- Provided data -
--- --- ---
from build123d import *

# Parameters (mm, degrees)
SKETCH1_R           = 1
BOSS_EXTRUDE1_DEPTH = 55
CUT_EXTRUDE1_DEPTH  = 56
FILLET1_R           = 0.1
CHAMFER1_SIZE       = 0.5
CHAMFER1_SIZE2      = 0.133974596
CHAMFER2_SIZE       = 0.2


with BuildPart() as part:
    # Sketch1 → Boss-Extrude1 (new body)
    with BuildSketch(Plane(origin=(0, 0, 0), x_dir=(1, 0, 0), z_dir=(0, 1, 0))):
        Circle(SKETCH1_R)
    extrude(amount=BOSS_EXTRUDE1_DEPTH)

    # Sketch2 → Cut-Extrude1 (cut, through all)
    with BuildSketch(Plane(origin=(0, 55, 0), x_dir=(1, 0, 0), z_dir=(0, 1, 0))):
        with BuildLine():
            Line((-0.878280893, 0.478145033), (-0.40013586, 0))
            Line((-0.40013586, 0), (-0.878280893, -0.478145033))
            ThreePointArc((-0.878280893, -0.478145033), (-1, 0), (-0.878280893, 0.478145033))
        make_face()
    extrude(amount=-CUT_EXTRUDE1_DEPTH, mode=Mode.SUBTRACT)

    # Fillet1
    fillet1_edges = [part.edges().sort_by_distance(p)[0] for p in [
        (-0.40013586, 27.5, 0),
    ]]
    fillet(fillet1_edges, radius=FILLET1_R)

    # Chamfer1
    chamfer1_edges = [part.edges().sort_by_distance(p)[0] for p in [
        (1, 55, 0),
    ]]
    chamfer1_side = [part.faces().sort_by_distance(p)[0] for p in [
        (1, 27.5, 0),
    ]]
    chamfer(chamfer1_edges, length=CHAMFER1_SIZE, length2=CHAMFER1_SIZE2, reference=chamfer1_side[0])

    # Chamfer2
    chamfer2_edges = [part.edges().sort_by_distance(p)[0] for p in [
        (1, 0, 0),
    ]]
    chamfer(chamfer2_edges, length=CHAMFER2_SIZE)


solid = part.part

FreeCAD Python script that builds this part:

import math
import FreeCAD as App
import Part
import Sketcher
Q = App.Units.Quantity


def edges_at(feature, points):
    """Names of the edges that pass closest to the given points."""
    edges = feature.Shape.Edges
    near = lambda p: min(range(len(edges)), key=lambda i: edges[i].distToShape(Part.Vertex(*p))[0])
    return sorted({f"Edge{near(p) + 1}" for p in points})

doc = App.newDocument("Part")
body = doc.addObject("PartDesign::Body", "Body")

# Sketch on XZ plane
sketch1 = body.newObject("Sketcher::SketchObject", "Sketch")
sketch1.AttachmentSupport = (doc.getObject("XZ_Plane"), [""])
sketch1.MapMode = "FlatFace"
sketch1.addGeometry(Part.Circle(App.Vector(0, 0, 0), App.Vector(0, 0, 1), 1), False)
sketch1.addConstraint([
    Sketcher.Constraint("Coincident", 0, 3, -1, 1),
    Sketcher.Constraint("Diameter", 0, Q("2 mm")),
])
pad1 = body.newObject("PartDesign::Pad", "Pad")
pad1.Profile = sketch1
pad1.Length = 55
pad1.Reversed = True

# Sketch on XZ plane
sketch2 = body.newObject("Sketcher::SketchObject", "Sketch001")
sketch2.AttachmentSupport = (doc.getObject("XZ_Plane"), [""])
sketch2.MapMode = "FlatFace"
sketch2.AttachmentOffset = App.Placement(App.Vector(0, 0, -55), App.Rotation())
sketch2.addGeometry([
    Part.LineSegment(App.Vector(-0.4, 0, 0), App.Vector(-0.9, -0.5, 0)),
    Part.ArcOfCircle(Part.Circle(App.Vector(0, 0, 0), App.Vector(0, 0, 1), 1), math.radians(151), math.radians(209)),
    Part.LineSegment(App.Vector(-0.9, 0.5, 0), App.Vector(-0.4, 0, 0)),
], False)
sketch2.addConstraint([
    Sketcher.Constraint("Coincident", 0, 2, 1, 2),
    Sketcher.Constraint("Coincident", 1, 1, 2, 1),
    Sketcher.Constraint("Coincident", 2, 2, 0, 1),
    Sketcher.Constraint("Coincident", 1, 3, -1, 1),
    Sketcher.Constraint("PointOnObject", 2, 2, -1),
    Sketcher.Constraint("Perpendicular", 0, 2),
    Sketcher.Constraint("Vertical", 0, 2, 1, 1),
    Sketcher.Constraint("Radius", 1, Q("1 mm")),
    Sketcher.Constraint("Distance", 0, Q("0.676199 mm")),
])
pocket1 = body.newObject("PartDesign::Pocket", "Pocket")
pocket1.Profile = sketch2
pocket1.Type = "ThroughAll"
pocket1.Reversed = True
doc.recompute()

fillet = body.newObject("PartDesign::Fillet", "Fillet")
fillet.Base = (pocket1, edges_at(pocket1, [(-0.4, 27.5, 0)]))
fillet.Radius = 0.1
doc.recompute()

chamfer = body.newObject("PartDesign::Chamfer", "Chamfer")
chamfer.Base = (fillet, edges_at(fillet, [(1, 55, 0)]))
chamfer.ChamferType = "Two distances"
chamfer.Size = 0.5
chamfer.Size2 = 0.133975
doc.recompute()

chamfer2 = body.newObject("PartDesign::Chamfer", "Chamfer001")
chamfer2.Base = (chamfer, edges_at(chamfer, [(1, 0, 0)]))
chamfer2.Size = 0.2

doc.recompute()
--- --- ---
The records above are to be printed out again exactly, without omission.

from build123d import *

# Parameters (mm, degrees)
SKETCH1_R           = 1
BOSS_EXTRUDE1_DEPTH = 55
CUT_EXTRUDE1_DEPTH  = 56
FILLET1_R           = 0.1
CHAMFER1_SIZE       = 0.5
CHAMFER1_SIZE2      = 0.133974596
CHAMFER2_SIZE       = 0.2


with BuildPart() as part:
    # Sketch1 → Boss-Extrude1 (new body)
    with BuildSketch(Plane(origin=(0, 0, 0), x_dir=(1, 0, 0), z_dir=(0, 1, 0))):
        Circle(SKETCH1_R)
    extrude(amount=BOSS_EXTRUDE1_DEPTH)

    # Sketch2 → Cut-Extrude1 (cut, through all)
    with BuildSketch(Plane(origin=(0, 55, 0), x_dir=(1, 0, 0), z_dir=(0, 1, 0))):
        with BuildLine():
            Line((-0.878280893, 0.478145033), (-0.40013586, 0))
            Line((-0.40013586, 0), (-0.878280893, -0.478145033))
            ThreePointArc((-0.878280893, -0.478145033), (-1, 0), (-0.878280893, 0.478145033))
        make_face()
    extrude(amount=-CUT_EXTRUDE1_DEPTH, mode=Mode.SUBTRACT)

    # Fillet1
    fillet1_edges = [part.edges().sort_by_distance(p)[0] for p in [
        (-0.40013586, 27.5, 0),
    ]]
    fillet(fillet1_edges, radius=FILLET1_R)

    # Chamfer1
    chamfer1_edges = [part.edges().sort_by_distance(p)[0] for p in [
        (1, 55, 0),
    ]]
    chamfer1_side = [part.faces().sort_by_distance(p)[0] for p in [
        (1, 27.5, 0),
    ]]
    chamfer(chamfer1_edges, length=CHAMFER1_SIZE, length2=CHAMFER1_SIZE2, reference=chamfer1_side[0])

    # Chamfer2
    chamfer2_edges = [part.edges().sort_by_distance(p)[0] for p in [
        (1, 0, 0),
    ]]
    chamfer(chamfer2_edges, length=CHAMFER2_SIZE)


solid = part.part

FreeCAD Python script that builds this part:

import math
import FreeCAD as App
import Part
import Sketcher
Q = App.Units.Quantity


def edges_at(feature, points):
    """Names of the edges that pass closest to the given points."""
    edges = feature.Shape.Edges
    near = lambda p: min(range(len(edges)), key=lambda i: edges[i].distToShape(Part.Vertex(*p))[0])
    return sorted({f"Edge{near(p) + 1}" for p in points})

doc = App.newDocument("Part")
body = doc.addObject("PartDesign::Body", "Body")

# Sketch on XZ plane
sketch1 = body.newObject("Sketcher::SketchObject", "Sketch")
sketch1.AttachmentSupport = (doc.getObject("XZ_Plane"), [""])
sketch1.MapMode = "FlatFace"
sketch1.addGeometry(Part.Circle(App.Vector(0, 0, 0), App.Vector(0, 0, 1), 1), False)
sketch1.addConstraint([
    Sketcher.Constraint("Coincident", 0, 3, -1, 1),
    Sketcher.Constraint("Diameter", 0, Q("2 mm")),
])
pad1 = body.newObject("PartDesign::Pad", "Pad")
pad1.Profile = sketch1
pad1.Length = 55
pad1.Reversed = True

# Sketch on XZ plane
sketch2 = body.newObject("Sketcher::SketchObject", "Sketch001")
sketch2.AttachmentSupport = (doc.getObject("XZ_Plane"), [""])
sketch2.MapMode = "FlatFace"
sketch2.AttachmentOffset = App.Placement(App.Vector(0, 0, -55), App.Rotation())
sketch2.addGeometry([
    Part.LineSegment(App.Vector(-0.4, 0, 0), App.Vector(-0.9, -0.5, 0)),
    Part.ArcOfCircle(Part.Circle(App.Vector(0, 0, 0), App.Vector(0, 0, 1), 1), math.radians(151), math.radians(209)),
    Part.LineSegment(App.Vector(-0.9, 0.5, 0), App.Vector(-0.4, 0, 0)),
], False)
sketch2.addConstraint([
    Sketcher.Constraint("Coincident", 0, 2, 1, 2),
    Sketcher.Constraint("Coincident", 1, 1, 2, 1),
    Sketcher.Constraint("Coincident", 2, 2, 0, 1),
    Sketcher.Constraint("Coincident", 1, 3, -1, 1),
    Sketcher.Constraint("PointOnObject", 2, 2, -1),
    Sketcher.Constraint("Perpendicular", 0, 2),
    Sketcher.Constraint("Vertical", 0, 2, 1, 1),
    Sketcher.Constraint("Radius", 1, Q("1 mm")),
    Sketcher.Constraint("Distance", 0, Q("0.676199 mm")),
])
pocket1 = body.newObject("PartDesign::Pocket", "Pocket")
pocket1.Profile = sketch2
pocket1.Type = "ThroughAll"
pocket1.Reversed = True
doc.recompute()

fillet = body.newObject("PartDesign::Fillet", "Fillet")
fillet.Base = (pocket1, edges_at(pocket1, [(-0.4, 27.5, 0)]))
fillet.Radius = 0.1
doc.recompute()

chamfer = body.newObject("PartDesign::Chamfer", "Chamfer")
chamfer.Base = (fillet, edges_at(fillet, [(1, 55, 0)]))
chamfer.ChamferType = "Two distances"
chamfer.Size = 0.5
chamfer.Size2 = 0.133975
doc.recompute()

chamfer2 = body.newObject("PartDesign::Chamfer", "Chamfer001")
chamfer2.Base = (chamfer, edges_at(chamfer, [(1, 0, 0)]))
chamfer2.Size = 0.2

doc.recompute()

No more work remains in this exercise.